Sounds like Thin-set is the winner!! Also, if it wasn't clear, since I suggested Thin-set, the shower walls are cement boards (Hardie Backer). I sure this makes a stronger case for Thinset.

A sales person at HomeDepot suggested OmniGrip, but he didn't appear too sure. I'll be returning the OmniGrip glue. 

@iminaquagmire - For tiling, I'll be starting horizontally at the middle of the wall. I have a 1"x4" board strip that I'll leveled horizontally and start tiling upwards from the board. Please share pointers if you have any. I'm a little concerned because my shower pan isn't 100% flat, but maybe I'm trying to achieve exact precision where not needed. 

Happy New Year!


----------



## Bud Cline (Mar 12, 2006)

Install your 1X4 (ledger board) in a location that will allow for slightly less than one full tile (85%-90% of one single tile) to the tubs surface.

This way all that will remain to be done will be one row of tile. That one row of tile can then be cut to properly meet the tubs surface allowing for a 1/8" gap at the tub. That 1/8" gap can be achieved using 1/8" spacers on the tub. Remember when cutting-in the bottom row to allow for the grout line above that bottom row of tile.


----------



## iminaquagmire (Jul 10, 2010)

Have you installed any of this stuff yet? While backerboard will not rot, it is not waterproof either. Water will migrate either by vapor or liquid behind the tile and as such, whatever the tile substrate is needs to be able to impede that water from reaching the wall cavity. Traditionally, a backerboard shower (I much prefer Durock or Wonderboard over Hardi) will have a moisture barrier behind it, that then drapes into the tub or shower pan. The best moisture barrier for this system would be a 6mil poly installed from bottom to top with the seams overlapped.

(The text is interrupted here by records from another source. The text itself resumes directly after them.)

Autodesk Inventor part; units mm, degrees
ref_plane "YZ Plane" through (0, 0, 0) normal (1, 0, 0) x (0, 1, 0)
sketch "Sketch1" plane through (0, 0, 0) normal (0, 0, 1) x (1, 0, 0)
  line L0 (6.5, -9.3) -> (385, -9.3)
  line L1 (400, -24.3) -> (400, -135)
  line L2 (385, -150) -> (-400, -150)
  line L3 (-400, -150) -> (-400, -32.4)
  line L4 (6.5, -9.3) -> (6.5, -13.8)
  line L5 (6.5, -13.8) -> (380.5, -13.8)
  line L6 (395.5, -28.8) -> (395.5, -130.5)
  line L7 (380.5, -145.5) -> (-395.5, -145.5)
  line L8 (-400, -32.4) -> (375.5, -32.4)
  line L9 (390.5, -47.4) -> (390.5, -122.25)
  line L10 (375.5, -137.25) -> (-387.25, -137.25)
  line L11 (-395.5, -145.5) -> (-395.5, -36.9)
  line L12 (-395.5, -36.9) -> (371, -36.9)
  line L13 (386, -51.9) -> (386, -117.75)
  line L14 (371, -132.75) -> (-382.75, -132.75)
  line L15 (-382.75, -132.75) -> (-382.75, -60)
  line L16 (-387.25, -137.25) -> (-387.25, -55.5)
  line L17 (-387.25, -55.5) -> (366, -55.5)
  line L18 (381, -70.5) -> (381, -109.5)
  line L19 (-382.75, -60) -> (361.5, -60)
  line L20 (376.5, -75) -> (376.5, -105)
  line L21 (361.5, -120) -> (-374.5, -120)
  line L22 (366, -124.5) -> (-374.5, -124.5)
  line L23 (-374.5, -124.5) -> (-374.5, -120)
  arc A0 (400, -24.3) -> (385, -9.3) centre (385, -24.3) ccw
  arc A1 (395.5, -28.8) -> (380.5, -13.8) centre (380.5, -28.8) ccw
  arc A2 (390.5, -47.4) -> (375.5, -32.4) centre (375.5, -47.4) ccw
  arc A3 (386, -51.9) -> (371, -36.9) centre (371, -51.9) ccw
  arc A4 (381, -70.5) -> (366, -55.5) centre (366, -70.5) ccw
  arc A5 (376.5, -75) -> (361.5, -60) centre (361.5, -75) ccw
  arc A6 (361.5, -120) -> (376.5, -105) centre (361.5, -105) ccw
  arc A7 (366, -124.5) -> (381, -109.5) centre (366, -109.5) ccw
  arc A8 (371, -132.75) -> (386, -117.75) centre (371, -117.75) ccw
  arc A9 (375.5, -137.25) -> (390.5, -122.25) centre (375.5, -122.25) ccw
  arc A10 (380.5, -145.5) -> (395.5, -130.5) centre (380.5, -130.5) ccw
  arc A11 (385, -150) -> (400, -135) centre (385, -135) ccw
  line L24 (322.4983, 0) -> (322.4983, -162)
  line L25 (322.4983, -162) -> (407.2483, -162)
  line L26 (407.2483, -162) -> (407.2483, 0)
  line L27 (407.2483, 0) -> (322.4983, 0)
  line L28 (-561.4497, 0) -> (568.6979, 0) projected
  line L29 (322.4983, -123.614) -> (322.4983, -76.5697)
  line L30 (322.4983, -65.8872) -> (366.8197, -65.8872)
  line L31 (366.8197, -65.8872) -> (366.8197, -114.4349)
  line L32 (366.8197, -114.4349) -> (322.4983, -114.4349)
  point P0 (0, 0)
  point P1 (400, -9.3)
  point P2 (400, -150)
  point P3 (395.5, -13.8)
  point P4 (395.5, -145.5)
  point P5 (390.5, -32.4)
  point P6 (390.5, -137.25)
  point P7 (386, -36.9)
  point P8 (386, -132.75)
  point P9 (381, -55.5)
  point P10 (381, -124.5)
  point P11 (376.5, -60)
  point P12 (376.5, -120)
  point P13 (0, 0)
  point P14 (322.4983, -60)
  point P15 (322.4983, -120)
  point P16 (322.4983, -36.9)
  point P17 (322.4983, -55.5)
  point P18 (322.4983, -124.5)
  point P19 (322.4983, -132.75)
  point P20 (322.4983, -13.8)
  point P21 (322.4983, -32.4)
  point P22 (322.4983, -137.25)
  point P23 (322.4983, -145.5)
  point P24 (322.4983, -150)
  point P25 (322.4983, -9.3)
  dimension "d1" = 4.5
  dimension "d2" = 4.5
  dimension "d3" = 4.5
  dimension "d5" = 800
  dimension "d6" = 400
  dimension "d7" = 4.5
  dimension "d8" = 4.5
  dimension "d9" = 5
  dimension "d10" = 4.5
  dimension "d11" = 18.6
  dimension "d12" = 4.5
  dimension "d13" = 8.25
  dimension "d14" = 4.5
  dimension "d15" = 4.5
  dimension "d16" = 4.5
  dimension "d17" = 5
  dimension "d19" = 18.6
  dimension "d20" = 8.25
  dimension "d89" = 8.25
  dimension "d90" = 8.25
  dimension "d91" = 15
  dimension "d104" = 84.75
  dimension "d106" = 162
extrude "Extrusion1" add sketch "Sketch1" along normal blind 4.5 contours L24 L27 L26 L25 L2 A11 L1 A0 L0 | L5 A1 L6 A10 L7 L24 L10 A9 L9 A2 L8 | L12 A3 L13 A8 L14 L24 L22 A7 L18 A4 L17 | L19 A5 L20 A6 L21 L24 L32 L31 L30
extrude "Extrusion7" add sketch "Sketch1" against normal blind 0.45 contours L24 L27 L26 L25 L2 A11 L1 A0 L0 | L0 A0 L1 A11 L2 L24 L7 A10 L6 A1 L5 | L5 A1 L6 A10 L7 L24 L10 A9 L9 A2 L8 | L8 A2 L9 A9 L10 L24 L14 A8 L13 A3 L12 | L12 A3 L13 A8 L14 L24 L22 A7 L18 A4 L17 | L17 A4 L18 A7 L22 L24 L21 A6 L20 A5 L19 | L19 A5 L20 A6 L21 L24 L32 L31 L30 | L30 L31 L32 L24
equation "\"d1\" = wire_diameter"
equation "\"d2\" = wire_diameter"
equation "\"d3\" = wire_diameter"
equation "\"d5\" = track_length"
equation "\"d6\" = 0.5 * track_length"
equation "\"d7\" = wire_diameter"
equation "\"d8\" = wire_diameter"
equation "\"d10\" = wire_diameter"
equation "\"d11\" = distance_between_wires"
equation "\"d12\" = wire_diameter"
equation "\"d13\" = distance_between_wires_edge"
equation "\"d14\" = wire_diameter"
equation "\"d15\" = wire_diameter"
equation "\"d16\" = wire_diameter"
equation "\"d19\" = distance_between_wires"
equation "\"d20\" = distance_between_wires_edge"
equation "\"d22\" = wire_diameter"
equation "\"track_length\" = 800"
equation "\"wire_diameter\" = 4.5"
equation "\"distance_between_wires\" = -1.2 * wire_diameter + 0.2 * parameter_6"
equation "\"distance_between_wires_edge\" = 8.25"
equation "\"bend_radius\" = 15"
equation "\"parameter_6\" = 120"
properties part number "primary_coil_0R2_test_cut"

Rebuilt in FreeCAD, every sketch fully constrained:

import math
import FreeCAD as App
import Part
import Sketcher
from FreeCAD import Vector

doc = App.newDocument("Part")
params = doc.addObject("Spreadsheet::Sheet", "Params")
for row, (alias, value) in enumerate([
    ("sketch1_radius", "15 mm"),
    ("sketch1_height", "162 mm"),
    ("sketch1_height2", "18.6 mm"),
    ("sketch1_width", "84.75 mm"),
    ("sketch1_height3", "8.25 mm"),
    ("pad1_length", "4.5 mm"),
    ("sketch2_height", "162 mm"),
    ("sketch2_width", "84.75 mm"),
    ("pad2_length", "0.45 mm"),
], start=1):
    params.set(f"A{row}", alias)
    params.set(f"B{row}", "=" + value)
    params.setAlias(f"B{row}", alias)

body = doc.addObject("PartDesign::Body", "Body")
body.AllowCompound = True

sketch1 = body.newObject("Sketcher::SketchObject", "Sketch")
sketch1.AttachmentSupport = (doc.getObject("XY_Plane"), [""])
sketch1.MapMode = "FlatFace"
sketch1.addGeometry([
    Part.LineSegment(Vector(322.4983, 0, 0), Vector(322.4983, -9.3, 0)),
    Part.LineSegment(Vector(322.4983, -9.3, 0), Vector(385, -9.3, 0)),
    Part.ArcOfCircle(Part.Circle(Vector(385, -24.3, 0), Vector(0, 0, 1), 15), math.radians(0), math.radians(90)),
    Part.LineSegment(Vector(400, -24.3, 0), Vector(400, -135, 0)),
    Part.ArcOfCircle(Part.Circle(Vector(385, -135, 0), Vector(0, 0, 1), 15), math.radians(-90), math.radians(0)),
    Part.LineSegment(Vector(385, -150, 0), Vector(322.4983, -150, 0)),
    Part.LineSegment(Vector(322.4983, -150, 0), Vector(322.4983, -162, 0)),
    Part.LineSegment(Vector(322.4983, -162, 0), Vector(407.2483, -162, 0)),
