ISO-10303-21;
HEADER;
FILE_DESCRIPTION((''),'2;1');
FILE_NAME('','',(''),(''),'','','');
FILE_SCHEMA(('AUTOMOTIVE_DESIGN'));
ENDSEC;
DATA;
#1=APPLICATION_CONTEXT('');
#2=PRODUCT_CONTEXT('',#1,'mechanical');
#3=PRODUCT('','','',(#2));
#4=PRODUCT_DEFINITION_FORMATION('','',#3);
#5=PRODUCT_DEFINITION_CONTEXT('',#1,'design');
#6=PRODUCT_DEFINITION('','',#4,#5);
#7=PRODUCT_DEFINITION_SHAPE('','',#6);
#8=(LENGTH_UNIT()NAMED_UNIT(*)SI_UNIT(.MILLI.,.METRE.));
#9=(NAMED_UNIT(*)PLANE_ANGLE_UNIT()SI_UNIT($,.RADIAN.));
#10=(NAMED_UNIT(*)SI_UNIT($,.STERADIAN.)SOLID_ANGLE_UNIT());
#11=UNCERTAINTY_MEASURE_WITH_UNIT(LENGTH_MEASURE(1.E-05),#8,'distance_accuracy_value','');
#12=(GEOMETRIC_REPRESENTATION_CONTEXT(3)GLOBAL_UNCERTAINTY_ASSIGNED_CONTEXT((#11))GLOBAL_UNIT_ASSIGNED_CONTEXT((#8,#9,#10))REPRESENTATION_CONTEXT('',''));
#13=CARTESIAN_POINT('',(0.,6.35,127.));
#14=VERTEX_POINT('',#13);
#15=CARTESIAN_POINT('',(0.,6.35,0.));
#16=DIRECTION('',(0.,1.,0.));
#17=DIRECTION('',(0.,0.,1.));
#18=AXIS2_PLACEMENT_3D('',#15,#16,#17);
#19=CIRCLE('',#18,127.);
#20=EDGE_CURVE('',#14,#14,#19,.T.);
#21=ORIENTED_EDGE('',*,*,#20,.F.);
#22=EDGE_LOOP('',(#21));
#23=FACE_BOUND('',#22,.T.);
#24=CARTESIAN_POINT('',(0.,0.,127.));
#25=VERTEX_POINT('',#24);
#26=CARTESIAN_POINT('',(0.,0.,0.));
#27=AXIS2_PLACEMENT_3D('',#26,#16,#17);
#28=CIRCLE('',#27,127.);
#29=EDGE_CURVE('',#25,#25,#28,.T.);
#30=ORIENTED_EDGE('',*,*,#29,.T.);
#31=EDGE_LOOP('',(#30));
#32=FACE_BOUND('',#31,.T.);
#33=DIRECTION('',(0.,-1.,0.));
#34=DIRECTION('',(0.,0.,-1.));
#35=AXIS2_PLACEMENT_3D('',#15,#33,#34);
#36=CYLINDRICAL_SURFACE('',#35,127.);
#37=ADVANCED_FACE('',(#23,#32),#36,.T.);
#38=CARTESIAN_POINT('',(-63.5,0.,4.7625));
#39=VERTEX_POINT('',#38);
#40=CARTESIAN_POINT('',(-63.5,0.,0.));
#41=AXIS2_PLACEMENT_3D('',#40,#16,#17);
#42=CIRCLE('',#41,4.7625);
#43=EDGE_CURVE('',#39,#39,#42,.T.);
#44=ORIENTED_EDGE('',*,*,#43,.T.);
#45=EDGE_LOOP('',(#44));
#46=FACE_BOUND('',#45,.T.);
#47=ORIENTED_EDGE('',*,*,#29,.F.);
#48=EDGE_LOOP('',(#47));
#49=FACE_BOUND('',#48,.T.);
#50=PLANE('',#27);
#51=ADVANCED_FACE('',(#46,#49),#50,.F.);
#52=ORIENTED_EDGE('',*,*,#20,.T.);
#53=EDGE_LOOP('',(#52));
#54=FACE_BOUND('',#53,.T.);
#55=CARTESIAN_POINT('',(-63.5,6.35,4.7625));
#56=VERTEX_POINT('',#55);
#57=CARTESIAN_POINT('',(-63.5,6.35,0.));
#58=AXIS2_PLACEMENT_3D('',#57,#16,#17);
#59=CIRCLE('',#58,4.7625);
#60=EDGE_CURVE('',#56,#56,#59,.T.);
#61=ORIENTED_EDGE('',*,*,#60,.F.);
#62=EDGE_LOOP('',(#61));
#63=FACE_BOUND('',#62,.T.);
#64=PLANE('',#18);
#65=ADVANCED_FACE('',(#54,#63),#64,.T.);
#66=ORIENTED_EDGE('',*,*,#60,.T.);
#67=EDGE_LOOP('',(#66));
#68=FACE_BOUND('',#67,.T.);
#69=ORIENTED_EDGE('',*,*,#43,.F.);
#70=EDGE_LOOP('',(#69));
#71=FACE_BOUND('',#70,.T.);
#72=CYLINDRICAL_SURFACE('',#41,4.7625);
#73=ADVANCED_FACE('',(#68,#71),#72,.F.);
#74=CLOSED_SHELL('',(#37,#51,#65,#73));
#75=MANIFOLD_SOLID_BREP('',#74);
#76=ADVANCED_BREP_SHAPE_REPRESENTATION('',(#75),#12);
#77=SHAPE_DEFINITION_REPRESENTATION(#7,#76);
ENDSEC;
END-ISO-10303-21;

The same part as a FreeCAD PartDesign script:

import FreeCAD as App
import Part
import Sketcher
from FreeCAD import Vector
Q = App.Units.Quantity

doc = App.newDocument("Part")
params = doc.addObject("Spreadsheet::Sheet", "Params")
for row, (alias, value) in enumerate([
    ("sketch1_diameter", "10 in"),
    ("pad1_length", "0.25 in"),
    ("sketch2_diameter", "0.375 in"),
], start=1):
    params.set(f"A{row}", alias)
    params.set(f"B{row}", "=" + value)
    params.setAlias(f"B{row}", alias)

body = doc.addObject("PartDesign::Body", "Body")

# Sketch on XZ plane
sketch1 = body.newObject("Sketcher::SketchObject", "Sketch")
sketch1.AttachmentSupport = (doc.getObject("XZ_Plane"), [""])
sketch1.MapMode = "FlatFace"
sketch1.addGeometry(Part.Circle(Vector(0, 0, 0), Vector(0, 0, 1), 127), False)
sketch1.addConstraint(Sketcher.Constraint("Coincident", 0, 3, -1, 1))
sketch1.addConstraint(Sketcher.Constraint("Diameter", 0, Q("10 in")))
sketch1.setExpression("Constraints[1]", "Params.sketch1_diameter")
pad1 = body.newObject("PartDesign::Pad", "Pad")
pad1.Profile = sketch1
pad1.setExpression("Length", "Params.pad1_length")
pad1.Reversed = True

# Sketch on XZ plane
sketch2 = body.newObject("Sketcher::SketchObject", "Sketch001")
sketch2.AttachmentSupport = (doc.getObject("XZ_Plane"), [""])
sketch2.MapMode = "FlatFace"
sketch2.AttachmentOffset = App.Placement(Vector(0, 0, -0.25 * 25.4), App.Rotation())
sketch2.addGeometry(Part.Circle(Vector(-63.5, 0, 0), Vector(0, 0, 1), 4.8), False)
sketch2.addConstraint(Sketcher.Constraint("PointOnObject", 0, 3, -1))
sketch2.addConstraint(Sketcher.Constraint("Diameter", 0, Q("0.375 in")))
sketch2.addConstraint(Sketcher.Constraint("DistanceX", 0, 3, -1, 1, Q("2.5 in")))
sketch2.setExpression("Constraints[1]", "Params.sketch2_diameter")
pocket1 = body.newObject("PartDesign::Pocket", "Pocket")
pocket1.Profile = sketch2
pocket1.Type = "ThroughAll"
pocket1.Reversed = True

doc.recompute()
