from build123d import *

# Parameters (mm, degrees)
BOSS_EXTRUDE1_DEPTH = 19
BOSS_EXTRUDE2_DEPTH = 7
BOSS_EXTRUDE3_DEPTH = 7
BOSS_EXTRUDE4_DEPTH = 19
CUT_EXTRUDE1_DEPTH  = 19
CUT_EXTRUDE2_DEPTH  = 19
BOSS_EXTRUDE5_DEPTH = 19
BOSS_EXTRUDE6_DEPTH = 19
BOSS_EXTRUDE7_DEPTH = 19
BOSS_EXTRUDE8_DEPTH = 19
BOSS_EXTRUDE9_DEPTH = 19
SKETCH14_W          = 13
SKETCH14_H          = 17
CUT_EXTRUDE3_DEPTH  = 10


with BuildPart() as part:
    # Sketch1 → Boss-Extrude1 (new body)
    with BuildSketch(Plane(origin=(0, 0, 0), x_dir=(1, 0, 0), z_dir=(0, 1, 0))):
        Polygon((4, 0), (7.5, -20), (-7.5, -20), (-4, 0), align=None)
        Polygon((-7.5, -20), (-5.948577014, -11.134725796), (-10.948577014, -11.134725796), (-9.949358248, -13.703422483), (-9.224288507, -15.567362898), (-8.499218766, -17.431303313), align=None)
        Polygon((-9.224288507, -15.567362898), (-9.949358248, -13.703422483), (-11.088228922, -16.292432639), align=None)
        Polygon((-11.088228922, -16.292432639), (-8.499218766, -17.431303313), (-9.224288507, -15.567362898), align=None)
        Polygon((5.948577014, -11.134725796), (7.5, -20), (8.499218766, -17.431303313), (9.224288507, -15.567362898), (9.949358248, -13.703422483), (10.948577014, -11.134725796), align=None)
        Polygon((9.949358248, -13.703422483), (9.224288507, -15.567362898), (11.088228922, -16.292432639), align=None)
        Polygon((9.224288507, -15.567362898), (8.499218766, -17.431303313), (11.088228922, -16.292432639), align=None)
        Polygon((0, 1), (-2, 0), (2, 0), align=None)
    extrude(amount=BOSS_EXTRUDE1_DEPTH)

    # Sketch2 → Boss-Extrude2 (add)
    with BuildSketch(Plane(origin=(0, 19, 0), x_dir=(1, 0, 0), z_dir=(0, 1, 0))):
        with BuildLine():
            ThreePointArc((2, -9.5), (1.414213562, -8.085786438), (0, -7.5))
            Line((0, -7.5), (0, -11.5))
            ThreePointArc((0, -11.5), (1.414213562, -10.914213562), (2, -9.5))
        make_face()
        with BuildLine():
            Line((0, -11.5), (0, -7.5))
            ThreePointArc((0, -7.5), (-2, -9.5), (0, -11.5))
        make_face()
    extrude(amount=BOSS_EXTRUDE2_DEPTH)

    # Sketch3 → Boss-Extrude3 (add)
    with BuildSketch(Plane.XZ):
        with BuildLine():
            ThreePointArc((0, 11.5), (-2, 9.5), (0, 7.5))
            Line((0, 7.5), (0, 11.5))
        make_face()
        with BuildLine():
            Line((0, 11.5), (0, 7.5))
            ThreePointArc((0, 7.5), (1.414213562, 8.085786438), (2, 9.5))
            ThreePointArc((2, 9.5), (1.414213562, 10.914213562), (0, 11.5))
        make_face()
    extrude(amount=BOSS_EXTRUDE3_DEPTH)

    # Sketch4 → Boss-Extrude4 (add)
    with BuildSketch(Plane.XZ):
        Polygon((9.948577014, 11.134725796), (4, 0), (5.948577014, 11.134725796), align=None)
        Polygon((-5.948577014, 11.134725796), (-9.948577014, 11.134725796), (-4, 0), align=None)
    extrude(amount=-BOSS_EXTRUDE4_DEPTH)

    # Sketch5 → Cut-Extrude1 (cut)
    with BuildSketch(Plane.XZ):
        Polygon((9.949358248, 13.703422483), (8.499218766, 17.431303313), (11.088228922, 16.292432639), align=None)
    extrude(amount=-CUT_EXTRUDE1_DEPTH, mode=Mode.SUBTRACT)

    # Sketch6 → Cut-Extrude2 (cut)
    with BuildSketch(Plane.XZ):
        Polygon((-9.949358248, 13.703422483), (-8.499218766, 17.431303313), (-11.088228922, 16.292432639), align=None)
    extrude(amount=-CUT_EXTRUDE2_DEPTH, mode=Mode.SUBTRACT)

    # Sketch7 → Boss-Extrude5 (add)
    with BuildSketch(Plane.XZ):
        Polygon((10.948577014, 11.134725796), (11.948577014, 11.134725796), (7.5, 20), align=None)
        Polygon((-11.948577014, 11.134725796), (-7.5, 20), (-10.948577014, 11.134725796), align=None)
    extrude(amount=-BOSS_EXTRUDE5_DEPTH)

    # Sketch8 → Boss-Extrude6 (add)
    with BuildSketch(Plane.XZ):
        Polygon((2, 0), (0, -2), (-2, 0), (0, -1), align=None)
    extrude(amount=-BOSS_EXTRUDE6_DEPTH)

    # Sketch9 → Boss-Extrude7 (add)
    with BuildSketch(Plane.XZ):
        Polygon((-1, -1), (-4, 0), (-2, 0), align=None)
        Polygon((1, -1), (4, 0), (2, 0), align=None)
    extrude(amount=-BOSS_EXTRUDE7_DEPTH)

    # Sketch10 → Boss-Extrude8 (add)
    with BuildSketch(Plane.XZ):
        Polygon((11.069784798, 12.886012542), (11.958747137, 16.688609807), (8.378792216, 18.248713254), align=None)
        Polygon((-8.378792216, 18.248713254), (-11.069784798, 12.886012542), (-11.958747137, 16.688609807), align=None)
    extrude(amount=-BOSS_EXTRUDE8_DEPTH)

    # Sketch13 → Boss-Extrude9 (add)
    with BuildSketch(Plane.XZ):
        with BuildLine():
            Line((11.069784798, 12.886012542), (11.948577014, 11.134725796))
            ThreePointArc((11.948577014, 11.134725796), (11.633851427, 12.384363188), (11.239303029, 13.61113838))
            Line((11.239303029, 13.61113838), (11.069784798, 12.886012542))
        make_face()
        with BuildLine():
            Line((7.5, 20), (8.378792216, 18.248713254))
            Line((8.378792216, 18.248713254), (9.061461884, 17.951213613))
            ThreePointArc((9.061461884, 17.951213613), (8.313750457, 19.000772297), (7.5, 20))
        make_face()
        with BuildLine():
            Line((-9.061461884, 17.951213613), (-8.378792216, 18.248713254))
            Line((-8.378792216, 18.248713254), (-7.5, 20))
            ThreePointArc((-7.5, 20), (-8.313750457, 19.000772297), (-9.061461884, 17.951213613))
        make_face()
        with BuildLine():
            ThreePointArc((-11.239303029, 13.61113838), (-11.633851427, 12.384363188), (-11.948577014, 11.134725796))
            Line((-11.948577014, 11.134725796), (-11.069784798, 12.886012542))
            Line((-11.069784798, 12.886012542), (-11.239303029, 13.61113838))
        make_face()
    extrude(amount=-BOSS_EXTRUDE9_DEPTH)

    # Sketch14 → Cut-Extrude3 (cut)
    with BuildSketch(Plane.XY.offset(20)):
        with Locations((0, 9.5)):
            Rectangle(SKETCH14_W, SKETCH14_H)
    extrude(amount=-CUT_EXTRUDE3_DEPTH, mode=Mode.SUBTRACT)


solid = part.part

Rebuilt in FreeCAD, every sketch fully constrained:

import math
import FreeCAD as App
import Part
import Sketcher
from FreeCAD import Vector
Q = App.Units.Quantity

doc = App.newDocument("Part")
body = doc.addObject("PartDesign::Body", "Body")

sketch1 = doc.addObject("Sketcher::SketchObject", "Sketch")
body.addObject(sketch1)
sketch1.AttachmentSupport = (doc.XZ_Plane, [""])
sketch1.MapMode = "FlatFace"
sketch1.addGeometry([
    Part.LineSegment(Vector(5.948577, 11.134726, 0), Vector(4, 0, 0)),
    Part.LineSegment(Vector(4, 0, 0), Vector(2, 0, 0)),
    Part.LineSegment(Vector(2, 0, 0), Vector(0, -1, 0)),
    Part.LineSegment(Vector(0, -1, 0), Vector(-2, 0, 0)),
    Part.LineSegment(Vector(-2, 0, 0), Vector(-4, 0, 0)),
    Part.LineSegment(Vector(-4, 0, 0), Vector(-5.948577, 11.134726, 0)),
    Part.LineSegment(Vector(-5.948577, 11.134726, 0), Vector(-10.948577, 11.134726, 0)),
    Part.LineSegment(Vector(-10.948577, 11.134726, 0), Vector(-9.949358, 13.703422, 0)),
    Part.LineSegment(Vector(-9.949358, 13.703422, 0), Vector(-11.088229, 16.292433, 0)),
    Part.LineSegment(Vector(-11.088229, 16.292433, 0), Vector(-8.499219, 17.431303, 0)),
    Part.LineSegment(Vector(-8.499219, 17.431303, 0), Vector(-7.5, 20, 0)),
    Part.LineSegment(Vector(-7.5, 20, 0), Vector(7.5, 20, 0)),
    Part.LineSegment(Vector(7.5, 20, 0), Vector(8.499219, 17.431303, 0)),
    Part.LineSegment(Vector(8.499219, 17.431303, 0), Vector(11.088229, 16.292433, 0)),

If you have the backer up already, I would suggest a surface applied liquid membrane like Redquard or even better, Laticrete's Hydrobarrier or Hydroban before your tile. Another option would be a sheet membrane such as Schluter Kerdi. 

Once you get to your tiling, picking the right thinset is the next step. If you want to shop at Home Depot, Versabond is a good middle of the road choice. A ledger is a good way to start laying your tile.

You said that your shower pan isn't flat? What kind of pan is it? Does it have the correct slope all the way around?

We love pictures here if can post them. They make things a lot easier.


----------



## novice10 (Dec 31, 2011)

Wow, I didn't think after tiling and grouting water would still get through the cement hardi board. The hardi board is 1/2" thick (didn't go with 1/4").

Below are images of my "work" and shower pan level pics. The shower pan doesn't have adjusters and sits atop cement ground (i'm on the 1st floor of a condo). 

I don't think the level is off that much (see pics and share your thoughts). For the first tile row, as previously recommended, I plan on leaving a 1/8" gap between the base of the tile and shower pan for silicone/grouting.

http://img100.imageshack.us/img100/2012/img0419eh.jpg

http://img440.imageshack.us/img440/4717/img0425bj.jpg

http://img35.imageshack.us/img35/1627/img0424l.jpg

http://img850.imageshack.us/img850/2811/img0422pz.jpg


----------



## Bud Cline (Mar 12, 2006)

You'll be fine.

You cannot use 1/4" cement board on walls.

Tile showers are not waterproof. They simply provide an excellent watershed. Water will get through the grout, that's the way it is.

If you did not install a moisture barrier on the studs I would strongly suggest you now apply a liquid waterproofing on the surface of the cement board before you go any further.


----------



## novice10 (Dec 31, 2011)

I've been researching Redgard waterproofing, and it appears Redgard doesn't work well with Hardie Backer. In this thread (http://www.johnbridge.com/vbulletin/showthread.php?t=29633&page=4) I found the following below instructions....

-----------
To get a good bond to HB with RedGard (RG) you need to make a primer coat of RG. 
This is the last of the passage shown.